Right at the end of World War II the Germans were firing V-2 rockets at London. The Americans came up with a remotely controlled airplane, a bomber, and they filled it full of bombs. They put a remote radio control inside the aircraft. The guys would take off, they would parachute out of the airplane, another airplane would fly along controlling it, and they would guide it into the missile sites. That happened in 1944. Robots have been used to attack missiles for 60 or 70 years.

In terms of defeating UAVs I mentioned earlier that humans will fight both alongside and against robots. Robots will also fight those things as well. There will be counter-UAV robots, counter-UAV UAVs.
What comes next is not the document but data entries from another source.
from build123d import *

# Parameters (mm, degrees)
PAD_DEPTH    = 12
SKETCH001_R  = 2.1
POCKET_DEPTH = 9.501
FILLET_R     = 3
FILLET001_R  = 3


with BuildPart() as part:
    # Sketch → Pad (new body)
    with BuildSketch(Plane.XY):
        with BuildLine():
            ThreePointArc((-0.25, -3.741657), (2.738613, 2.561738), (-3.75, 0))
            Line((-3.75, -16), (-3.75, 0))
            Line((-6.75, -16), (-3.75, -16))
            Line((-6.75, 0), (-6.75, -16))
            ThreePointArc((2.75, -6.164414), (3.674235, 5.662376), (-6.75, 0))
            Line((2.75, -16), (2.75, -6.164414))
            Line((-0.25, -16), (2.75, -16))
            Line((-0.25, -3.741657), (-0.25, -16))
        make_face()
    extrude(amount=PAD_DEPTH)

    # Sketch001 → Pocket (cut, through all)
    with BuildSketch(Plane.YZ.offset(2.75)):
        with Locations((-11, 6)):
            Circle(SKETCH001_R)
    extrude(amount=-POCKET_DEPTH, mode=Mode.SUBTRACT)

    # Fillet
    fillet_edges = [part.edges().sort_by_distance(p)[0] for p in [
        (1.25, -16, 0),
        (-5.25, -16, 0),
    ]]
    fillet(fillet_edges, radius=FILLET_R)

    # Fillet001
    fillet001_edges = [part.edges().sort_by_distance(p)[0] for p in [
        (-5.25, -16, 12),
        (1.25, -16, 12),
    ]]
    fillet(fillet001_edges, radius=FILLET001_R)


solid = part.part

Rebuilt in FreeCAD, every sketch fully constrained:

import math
import FreeCAD as App
import Part
import Sketcher

V = App.Vector


def edges_at(feature, points):
    """Names of the edges that pass closest to the given points."""
    edges = feature.Shape.Edges
    near = lambda p: min(range(len(edges)), key=lambda i: edges[i].distToShape(Part.Vertex(*p))[0])
    return sorted({f"Edge{near(p) + 1}" for p in points})

doc = App.newDocument("Part")
body = doc.addObject("PartDesign::Body", "Body")

sketch1 = body.newObject("Sketcher::SketchObject", "Sketch")
sketch1.AttachmentSupport = (doc.getObject("XY_Plane"), [""])
sketch1.MapMode = "FlatFace"
sketch1.addGeometry(Part.ArcOfCircle(Part.Circle(V(0, 0, 0), V(0, 0, 1), 3.75), math.radians(-93.822554), math.radians(180.000007)), False)
sketch1.addGeometry(Part.LineSegment(V(-0.25, -3.741657, 0), V(-0.25, -16, 0)), False)
sketch1.addGeometry(Part.LineSegment(V(-0.25, -16, 0), V(2.75, -16, 0)), False)
sketch1.addGeometry(Part.LineSegment(V(2.75, -16, 0), V(2.75, -6.164414, 0)), False)
sketch1.addGeometry(Part.ArcOfCircle(Part.Circle(V(0, 0, 0), V(0, 0, 1), 6.75), math.radians(-65.957926), math.radians(180.000002)), False)
sketch1.addGeometry(Part.LineSegment(V(-6.75, 0, 0), V(-6.75, -16, 0)), False)
sketch1.addGeometry(Part.LineSegment(V(-6.75, -16, 0), V(-3.75, -16, 0)), False)
sketch1.addGeometry(Part.LineSegment(V(-3.75, -16, 0), V(-3.75, 0, 0)), False)
sketch1.addConstraint(Sketcher.Constraint("Coincident", 0, 1, 1, 1))
sketch1.addConstraint(Sketcher.Constraint("Coincident", 1, 2, 2, 1))
sketch1.addConstraint(Sketcher.Constraint("Coincident", 2, 2, 3, 1))
sketch1.addConstraint(Sketcher.Constraint("Coincident", 3, 2, 4, 1))
sketch1.addConstraint(Sketcher.Constraint("Tangent", 4, 2, 5, 1))
sketch1.addConstraint(Sketcher.Constraint("Coincident", 5, 2, 6, 1))
sketch1.addConstraint(Sketcher.Constraint("Coincident", 6, 2, 7, 1))
sketch1.addConstraint(Sketcher.Constraint("Tangent", 7, 2, 0, 2))
sketch1.addConstraint(Sketcher.Constraint("Vertical", 1))
sketch1.addConstraint(Sketcher.Constraint("Horizontal", 2))
sketch1.addConstraint(Sketcher.Constraint("Vertical", 3))
sketch1.addConstraint(Sketcher.Constraint("Vertical", 5))
sketch1.addConstraint(Sketcher.Constraint("Horizontal", 6))
sketch1.addConstraint(Sketcher.Constraint("Vertical", 7))
sketch1.addConstraint(Sketcher.Constraint("Coincident", 0, 3, -1, 1))
sketch1.addConstraint(Sketcher.Constraint("Coincident", 4, 3, -1, 1))
sketch1.addConstraint(Sketcher.Constraint("Horizontal", 2, 2, 5, 2))
sketch1.addConstraint(Sketcher.Constraint("Equal", 2, 6))
sketch1.addConstraint(Sketcher.Constraint("DistanceX", 2, 1, 2, 2, 3.0))
sketch1.addConstraint(Sketcher.Constraint("DistanceY", 5, 2, 5, 1, 16.0))
sketch1.addConstraint(Sketcher.Constraint("Radius", 0, 3.75))
sketch1.addConstraint(Sketcher.Constraint("DistanceX", 4, 2, 0, 1, 6.5))
pad1 = body.newObject("PartDesign::Pad", "Pad")
pad1.Profile = sketch1
pad1.Length = 12

sketch2 = body.newObject("Sketcher::SketchObject", "Sketch001")
sketch2.AttachmentSupport = (doc.getObject("YZ_Plane"), [""])
sketch2.MapMode = "FlatFace"
sketch2.AttachmentOffset = App.Placement(V(0, 0, 2.75), App.Rotation())
sketch2.addGeometry(Part.Circle(V(-11, 6, 0), V(0, 0, 1), 2.1), False)
sketch2.addConstraint(Sketcher.Constraint("Diameter", 0, 4.2))
sketch2.addConstraint(Sketcher.Constraint("DistanceX", 0, 3, -1, 1, 11.0))
sketch2.addConstraint(Sketcher.Constraint("DistanceY", -1, 1, 0, 3, 6.0))
pocket1 = body.newObject("PartDesign::Pocket", "Pocket")
pocket1.Profile = sketch2
pocket1.Type = "ThroughAll"
doc.recompute()

fillet = body.newObject("PartDesign::Fillet", "Fillet")
fillet.Base = (pocket1, edges_at(pocket1, [(1.25, -16, 0), (-5.25, -16, 0)]))
fillet.Radius = 3
doc.recompute()

fillet2 = body.newObject("PartDesign::Fillet", "Fillet001")
fillet2.Base = (fillet, edges_at(fillet, [(-5.25, -16, 12), (1.25, -16, 12)]))
fillet2.Radius = 3

doc.recompute()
If they detect it they'll crash into it.

The Israelis are using a system in their northern border for exactly that same reason, but overall you're going to need to detect them and then jam them.

5 p.m.

NDP

The Vice-Chair NDP Jack Harris

You're out of time, sir. Thank you.

Thank you very much, Mr. Brahmi and Mr. Barlow.

Next is Mr. Leung for five minutes.

5 p.m.

Conservative

Chungsen Leung Conservative Willowdale, ON

Thank you, Chair.

If we look into the defence of North America and how we're going to prevent an unintended war—because I just heard you mention that these drones could be unmanned, but they're also unmarked whereas regular combat aircraft are marked—what is our assurance, or how do we prevent ourselves from getting into some sort of terrorist war where a third world country will send a drone with U.S. marking or Russian marking and hit a target?
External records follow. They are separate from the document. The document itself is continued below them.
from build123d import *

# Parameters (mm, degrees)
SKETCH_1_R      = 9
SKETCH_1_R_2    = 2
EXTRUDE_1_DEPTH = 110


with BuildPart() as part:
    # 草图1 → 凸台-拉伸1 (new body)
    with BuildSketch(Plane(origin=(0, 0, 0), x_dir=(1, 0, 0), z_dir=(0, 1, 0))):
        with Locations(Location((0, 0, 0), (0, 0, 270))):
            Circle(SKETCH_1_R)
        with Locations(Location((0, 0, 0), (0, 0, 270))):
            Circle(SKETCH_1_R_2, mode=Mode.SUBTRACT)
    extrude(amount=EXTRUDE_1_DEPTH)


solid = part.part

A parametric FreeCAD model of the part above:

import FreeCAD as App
import Part
import Sketcher
Q = App.Units.Quantity

doc = App.newDocument("Part")
body = doc.addObject("PartDesign::Body", "Body")

sketch1 = body.newObject("Sketcher::SketchObject", "Sketch")
sketch1.AttachmentSupport = (doc.getObject("XZ_Plane"), [""])
sketch1.MapMode = "FlatFace"
sketch1.addGeometry([
    Part.Circle(App.Vector(0, 0, 0), App.Vector(0, 0, 1), 9),
    Part.Circle(App.Vector(0, 0, 0), App.Vector(0, 0, 1), 2),
], False)
sketch1.addConstraint([
    Sketcher.Constraint("Coincident", 0, 3, -1, 1),
    Sketcher.Constraint("Coincident", 1, 3, -1, 1),
    Sketcher.Constraint("Diameter", 0, Q("18 mm")),
    Sketcher.Constraint("Diameter", 1, Q("4 mm")),
])
pad1 = body.newObject("PartDesign::Pad", "Pad")
pad1.Profile = sketch1
pad1.Length = 110
pad1.Reversed = True

doc.recompute()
What's our assurance? How do we prevent that from happening? Your comments, please, Mr. Barlow.

5 p.m.

President, Zariba Security Corporation

Charles Barlow

Sir, I think for one thing, it's very likely to happen against our own deployed forces before too long. I know that's not North America, but still, if you're a Canadian warship, wherever you are, you're in Canada—sort of. So that's likely going to happen. We've already had imagery taken against us in a hostile manner. It's very likely that at some point somebody's going to do a terrorist attack using unmanned systems the way I mentioned.
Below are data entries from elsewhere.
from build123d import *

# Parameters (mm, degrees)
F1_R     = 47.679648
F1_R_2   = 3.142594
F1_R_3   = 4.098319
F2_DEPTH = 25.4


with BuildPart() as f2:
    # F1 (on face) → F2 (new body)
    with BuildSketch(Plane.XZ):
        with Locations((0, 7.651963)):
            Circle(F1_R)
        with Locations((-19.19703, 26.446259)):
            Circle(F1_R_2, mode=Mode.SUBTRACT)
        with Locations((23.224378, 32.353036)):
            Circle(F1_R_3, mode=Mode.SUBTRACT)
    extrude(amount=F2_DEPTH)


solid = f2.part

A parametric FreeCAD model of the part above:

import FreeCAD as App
import Part
import Sketcher

V = App.Vector
Q = App.Units.Quantity

doc = App.newDocument("Part")
body = doc.addObject("PartDesign::Body", "Body")

sketch1 = body.newObject("Sketcher::SketchObject", "Sketch")
sketch1.AttachmentSupport = (doc.getObject("XZ_Plane"), [""])
sketch1.MapMode = "FlatFace"
sketch1.addGeometry([
    Part.Circle(V(0, 7.7, 0), V(0, 0, 1), 47.7),
    Part.Circle(V(-19.2, 26.4, 0), V(0, 0, 1), 3.1),
    Part.Circle(V(23.2, 32.4, 0), V(0, 0, 1), 4.1),
], False)
sketch1.addConstraint([
    Sketcher.Constraint("PointOnObject", 0, 3, -2),
    Sketcher.Constraint("Diameter", 0, 95.359296),
    Sketcher.Constraint("Diameter", 1, 6.285188),
    Sketcher.Constraint("Diameter", 2, 8.196638),
    Sketcher.Constraint("DistanceX", 1, 3, -1, 1, 19.19703),
    Sketcher.Constraint("DistanceY", -1, 1, 1, 3, 26.446259),
    Sketcher.Constraint("DistanceX", -1, 1, 2, 3, 23.224378),
    Sketcher.Constraint("DistanceY", -1, 1, 0, 3, 7.651963),
    Sketcher.Constraint("DistanceY", -1, 1, 2, 3, 32.353036),
])
pad1 = body.newObject("PartDesign::Pad", "Pad")
pad1.Profile = sketch1
pad1.Length = Q("1 in")

doc.recompute()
How do we defend ourselves? It's the same way we do against all threats: watch for them, set up some systems, think about it. It's a very, very quickly emerging thing. The one thing that I've learned about a lot of our opposition is, as they say in the military, the enemy is just as smart as you are, but they're coming at it from a different perspective. So I think we're going to get surprised, no matter what we do.

5 p.m.

Chairman and Chief Executive Officer, ING Robotic Aviation

Ian Glenn

There's no short answer to that. At least with manned aviation, you have that pilot and you can probably trace back who that was. You go back to that chipset, and it's probably made in China. That's it, at the end of the day. You can pick up some nice decals at the local hobby shop here and make it anything you want it to be.

It's a great question.

5 p.m.

Conservative

Chungsen Leung Conservative Willowdale, ON

It concerns me not so much how we use these in the democratic role of those who have a moral right to do something, but it concerns me when some of these rogue states are simply going to use them as a method for a terrorist attack, to pit two countries against each other.

5 p.m.

Chairman and Chief Executive Officer, ING Robotic Aviation

Ian Glenn

I think it will go back. If you have the technology, you look at it, that's what intelligence guys are meant to do. The technical intelligence guys can go back, look at the code, look at the firmware, make some deductions.

5:05 p.m.

Conservative

Chungsen Leung Conservative Willowdale, ON

Do we at the current time have the ability to detect an unmanned vehicle by the profile of its engine, the profile of its electronic communication or RC capability, to detect where that product was made, or who manufactures it? Is that type of footprint available?